« A Bountiful Scarcity | Main | Food for Thought »

Comments

DarkoV

Fabulous outtake. Coming from Jobs, it makes the statement even more effective. I'd always presumed he'd be with us forever and ever. Death was one thing I thought he didn't spend too much brain power on. Thanks for posting this.

patricia

Oh, I do like that, very much.

Thanks for posting it.

stephenesque

I trust that you are not dead, since you haven't updated this thing in a few days.
If you are dead, however, please contact me at www.ouija-board.org.ie

Sarsparilla

A friend of mine told me in a brief aside at a concert on Saturday of his HIV positive status, newly diagnosed. "I'm okay with it," he said, "now. It's taken a few years from my life expectancy. So I've resigned from my job and taken up freelance photography instead. No, really, I'm all right."

I related this interaction to my mother, who's just finished her first six month course of chemotherapy. She recognised exactly the syndrome; pointed out that it's a good thing we don't all constantly experience such hubris. If we all truly thought we might die next week, who would run our sewage farms? Who would sweep the streets?

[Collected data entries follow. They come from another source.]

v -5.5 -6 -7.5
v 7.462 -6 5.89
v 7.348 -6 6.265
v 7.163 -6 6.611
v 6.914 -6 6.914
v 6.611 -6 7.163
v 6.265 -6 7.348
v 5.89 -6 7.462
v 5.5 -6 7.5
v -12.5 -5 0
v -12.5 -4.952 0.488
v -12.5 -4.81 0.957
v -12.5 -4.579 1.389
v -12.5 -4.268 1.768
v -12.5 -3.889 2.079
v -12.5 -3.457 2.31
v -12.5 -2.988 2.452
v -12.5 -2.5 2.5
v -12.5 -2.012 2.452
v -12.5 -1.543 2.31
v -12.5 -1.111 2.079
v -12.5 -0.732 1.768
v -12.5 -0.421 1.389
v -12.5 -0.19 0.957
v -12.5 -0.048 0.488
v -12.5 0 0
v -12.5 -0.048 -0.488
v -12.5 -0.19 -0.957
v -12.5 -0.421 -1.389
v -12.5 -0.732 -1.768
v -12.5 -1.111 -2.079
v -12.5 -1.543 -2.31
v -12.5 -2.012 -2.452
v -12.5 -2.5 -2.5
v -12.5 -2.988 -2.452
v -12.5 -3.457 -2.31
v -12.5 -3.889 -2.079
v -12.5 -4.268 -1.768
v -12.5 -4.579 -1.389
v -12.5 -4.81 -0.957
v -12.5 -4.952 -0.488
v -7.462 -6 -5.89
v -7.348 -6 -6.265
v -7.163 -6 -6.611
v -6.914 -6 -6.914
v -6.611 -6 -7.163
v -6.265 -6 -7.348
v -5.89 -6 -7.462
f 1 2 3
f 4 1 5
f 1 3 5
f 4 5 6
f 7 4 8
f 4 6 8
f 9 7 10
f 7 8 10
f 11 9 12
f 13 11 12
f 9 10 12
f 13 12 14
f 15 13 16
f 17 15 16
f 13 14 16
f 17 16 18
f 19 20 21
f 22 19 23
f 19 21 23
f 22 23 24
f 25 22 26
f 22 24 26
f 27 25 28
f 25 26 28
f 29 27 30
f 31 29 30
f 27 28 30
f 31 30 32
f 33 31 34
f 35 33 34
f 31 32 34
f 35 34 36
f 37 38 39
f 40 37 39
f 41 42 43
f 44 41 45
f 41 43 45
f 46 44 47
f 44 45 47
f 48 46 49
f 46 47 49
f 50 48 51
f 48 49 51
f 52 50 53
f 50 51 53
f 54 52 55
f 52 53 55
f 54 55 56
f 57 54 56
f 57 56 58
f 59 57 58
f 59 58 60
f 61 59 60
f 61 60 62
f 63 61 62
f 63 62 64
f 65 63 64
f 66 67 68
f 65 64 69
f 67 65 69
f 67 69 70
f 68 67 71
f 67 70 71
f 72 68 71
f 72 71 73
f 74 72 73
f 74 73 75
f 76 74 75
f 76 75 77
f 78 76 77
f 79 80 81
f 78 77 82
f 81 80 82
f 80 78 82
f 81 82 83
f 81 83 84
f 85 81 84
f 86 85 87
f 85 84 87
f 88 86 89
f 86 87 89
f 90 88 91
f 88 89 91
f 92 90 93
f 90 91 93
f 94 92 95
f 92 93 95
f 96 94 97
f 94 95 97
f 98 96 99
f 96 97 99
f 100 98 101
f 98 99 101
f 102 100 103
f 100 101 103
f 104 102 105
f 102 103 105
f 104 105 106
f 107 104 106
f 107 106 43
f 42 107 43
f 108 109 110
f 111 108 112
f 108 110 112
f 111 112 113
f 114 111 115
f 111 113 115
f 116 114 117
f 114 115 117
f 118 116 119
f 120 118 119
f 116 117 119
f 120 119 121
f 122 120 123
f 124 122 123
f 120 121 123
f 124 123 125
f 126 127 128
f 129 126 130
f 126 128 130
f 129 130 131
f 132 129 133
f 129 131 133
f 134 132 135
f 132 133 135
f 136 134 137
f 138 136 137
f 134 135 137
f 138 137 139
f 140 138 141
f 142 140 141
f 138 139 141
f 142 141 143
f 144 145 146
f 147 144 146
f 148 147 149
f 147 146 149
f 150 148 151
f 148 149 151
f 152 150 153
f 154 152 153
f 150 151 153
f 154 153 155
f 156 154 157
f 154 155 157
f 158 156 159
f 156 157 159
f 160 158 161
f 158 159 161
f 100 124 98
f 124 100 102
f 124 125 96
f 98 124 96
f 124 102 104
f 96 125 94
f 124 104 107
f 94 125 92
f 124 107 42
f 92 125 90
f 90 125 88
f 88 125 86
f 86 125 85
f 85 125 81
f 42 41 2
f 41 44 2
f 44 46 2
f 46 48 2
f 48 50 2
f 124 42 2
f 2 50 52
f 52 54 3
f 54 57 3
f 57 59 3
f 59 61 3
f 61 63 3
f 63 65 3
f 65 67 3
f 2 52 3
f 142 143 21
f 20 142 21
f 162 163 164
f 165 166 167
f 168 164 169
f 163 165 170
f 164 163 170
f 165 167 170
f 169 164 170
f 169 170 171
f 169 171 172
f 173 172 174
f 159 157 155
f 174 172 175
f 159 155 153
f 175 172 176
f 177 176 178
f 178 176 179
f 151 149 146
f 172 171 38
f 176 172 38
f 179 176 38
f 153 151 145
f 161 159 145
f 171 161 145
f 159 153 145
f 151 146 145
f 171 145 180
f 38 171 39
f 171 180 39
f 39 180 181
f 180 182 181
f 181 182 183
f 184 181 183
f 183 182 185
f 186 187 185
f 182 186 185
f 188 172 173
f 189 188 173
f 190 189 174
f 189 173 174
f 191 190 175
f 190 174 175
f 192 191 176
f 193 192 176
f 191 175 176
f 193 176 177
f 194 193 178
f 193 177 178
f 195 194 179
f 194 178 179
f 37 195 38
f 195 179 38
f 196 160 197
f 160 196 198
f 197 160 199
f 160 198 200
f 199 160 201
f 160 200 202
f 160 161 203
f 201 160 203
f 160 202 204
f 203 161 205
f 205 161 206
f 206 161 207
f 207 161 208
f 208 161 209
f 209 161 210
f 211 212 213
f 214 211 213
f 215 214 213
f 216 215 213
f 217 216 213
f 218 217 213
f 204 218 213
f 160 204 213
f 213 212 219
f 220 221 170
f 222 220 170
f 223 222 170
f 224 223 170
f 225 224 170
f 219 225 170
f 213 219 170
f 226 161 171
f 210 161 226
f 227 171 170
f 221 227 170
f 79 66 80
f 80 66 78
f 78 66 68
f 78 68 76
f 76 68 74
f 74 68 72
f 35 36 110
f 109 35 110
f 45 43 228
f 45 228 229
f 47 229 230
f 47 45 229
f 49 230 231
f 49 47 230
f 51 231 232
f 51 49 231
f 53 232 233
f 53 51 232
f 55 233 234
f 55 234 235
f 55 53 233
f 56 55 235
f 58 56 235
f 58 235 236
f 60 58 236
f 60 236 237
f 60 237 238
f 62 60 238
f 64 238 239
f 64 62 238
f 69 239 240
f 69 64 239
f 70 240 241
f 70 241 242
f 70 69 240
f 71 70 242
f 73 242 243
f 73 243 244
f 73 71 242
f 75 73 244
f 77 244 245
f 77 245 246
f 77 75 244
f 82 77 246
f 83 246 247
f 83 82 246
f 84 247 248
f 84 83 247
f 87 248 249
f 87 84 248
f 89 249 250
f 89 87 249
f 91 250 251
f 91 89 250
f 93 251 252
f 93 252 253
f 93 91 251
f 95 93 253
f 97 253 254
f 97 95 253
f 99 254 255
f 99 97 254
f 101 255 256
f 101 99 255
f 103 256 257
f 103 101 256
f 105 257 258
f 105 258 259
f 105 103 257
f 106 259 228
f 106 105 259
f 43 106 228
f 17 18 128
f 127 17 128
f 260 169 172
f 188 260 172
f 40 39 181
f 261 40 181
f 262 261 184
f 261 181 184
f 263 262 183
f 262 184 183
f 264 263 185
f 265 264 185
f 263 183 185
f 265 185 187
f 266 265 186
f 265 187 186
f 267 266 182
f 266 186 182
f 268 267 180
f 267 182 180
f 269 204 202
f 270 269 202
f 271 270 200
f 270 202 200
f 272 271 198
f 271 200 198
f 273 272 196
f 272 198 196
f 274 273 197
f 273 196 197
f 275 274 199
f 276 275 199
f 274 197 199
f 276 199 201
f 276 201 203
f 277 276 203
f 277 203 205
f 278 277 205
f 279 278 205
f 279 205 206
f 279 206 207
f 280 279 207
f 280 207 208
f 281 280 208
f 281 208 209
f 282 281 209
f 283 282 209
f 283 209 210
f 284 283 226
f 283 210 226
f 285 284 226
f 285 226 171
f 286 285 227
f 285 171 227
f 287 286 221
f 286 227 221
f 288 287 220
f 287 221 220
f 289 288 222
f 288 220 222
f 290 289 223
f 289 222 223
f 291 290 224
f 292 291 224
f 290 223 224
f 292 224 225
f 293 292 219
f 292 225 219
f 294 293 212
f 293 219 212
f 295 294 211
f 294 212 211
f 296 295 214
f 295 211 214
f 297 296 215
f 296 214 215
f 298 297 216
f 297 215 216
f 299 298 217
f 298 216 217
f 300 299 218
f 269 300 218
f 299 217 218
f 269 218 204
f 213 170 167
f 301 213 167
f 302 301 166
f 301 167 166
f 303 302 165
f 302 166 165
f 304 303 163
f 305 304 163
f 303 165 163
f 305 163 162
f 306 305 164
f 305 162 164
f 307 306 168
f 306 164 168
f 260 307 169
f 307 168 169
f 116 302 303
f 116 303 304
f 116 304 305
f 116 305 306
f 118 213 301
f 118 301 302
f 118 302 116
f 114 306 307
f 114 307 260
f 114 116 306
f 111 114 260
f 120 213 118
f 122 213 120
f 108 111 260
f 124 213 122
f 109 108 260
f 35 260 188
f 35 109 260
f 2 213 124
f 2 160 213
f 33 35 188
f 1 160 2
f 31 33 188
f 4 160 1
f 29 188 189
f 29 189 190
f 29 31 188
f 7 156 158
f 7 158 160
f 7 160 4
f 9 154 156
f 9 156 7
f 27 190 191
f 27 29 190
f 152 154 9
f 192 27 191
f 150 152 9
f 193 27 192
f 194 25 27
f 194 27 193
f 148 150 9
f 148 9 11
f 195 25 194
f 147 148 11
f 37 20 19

But there must be a balance. Live today, or assume you'll live forever tomorrow. The two are exceedingly different lifestyles.

andrew

I wonder if society will be filled by more and more revelations & mental amblings of this sort as the ambitious sucessful boomers all continue to age, and some of them, to die.. its worth following the link and reading jobs full college commencement adress, and the important thing about this that the quote snip leaves out, is that for about 15 hours, jobs thought he had a rare form of cancer that is pretty much a 3 month long death sentence..

and it turned out, for jobs, that experience was almost a gift that became this and other insights, cause it did not turn out to be that death sentencce..

The comments to this entry are closed.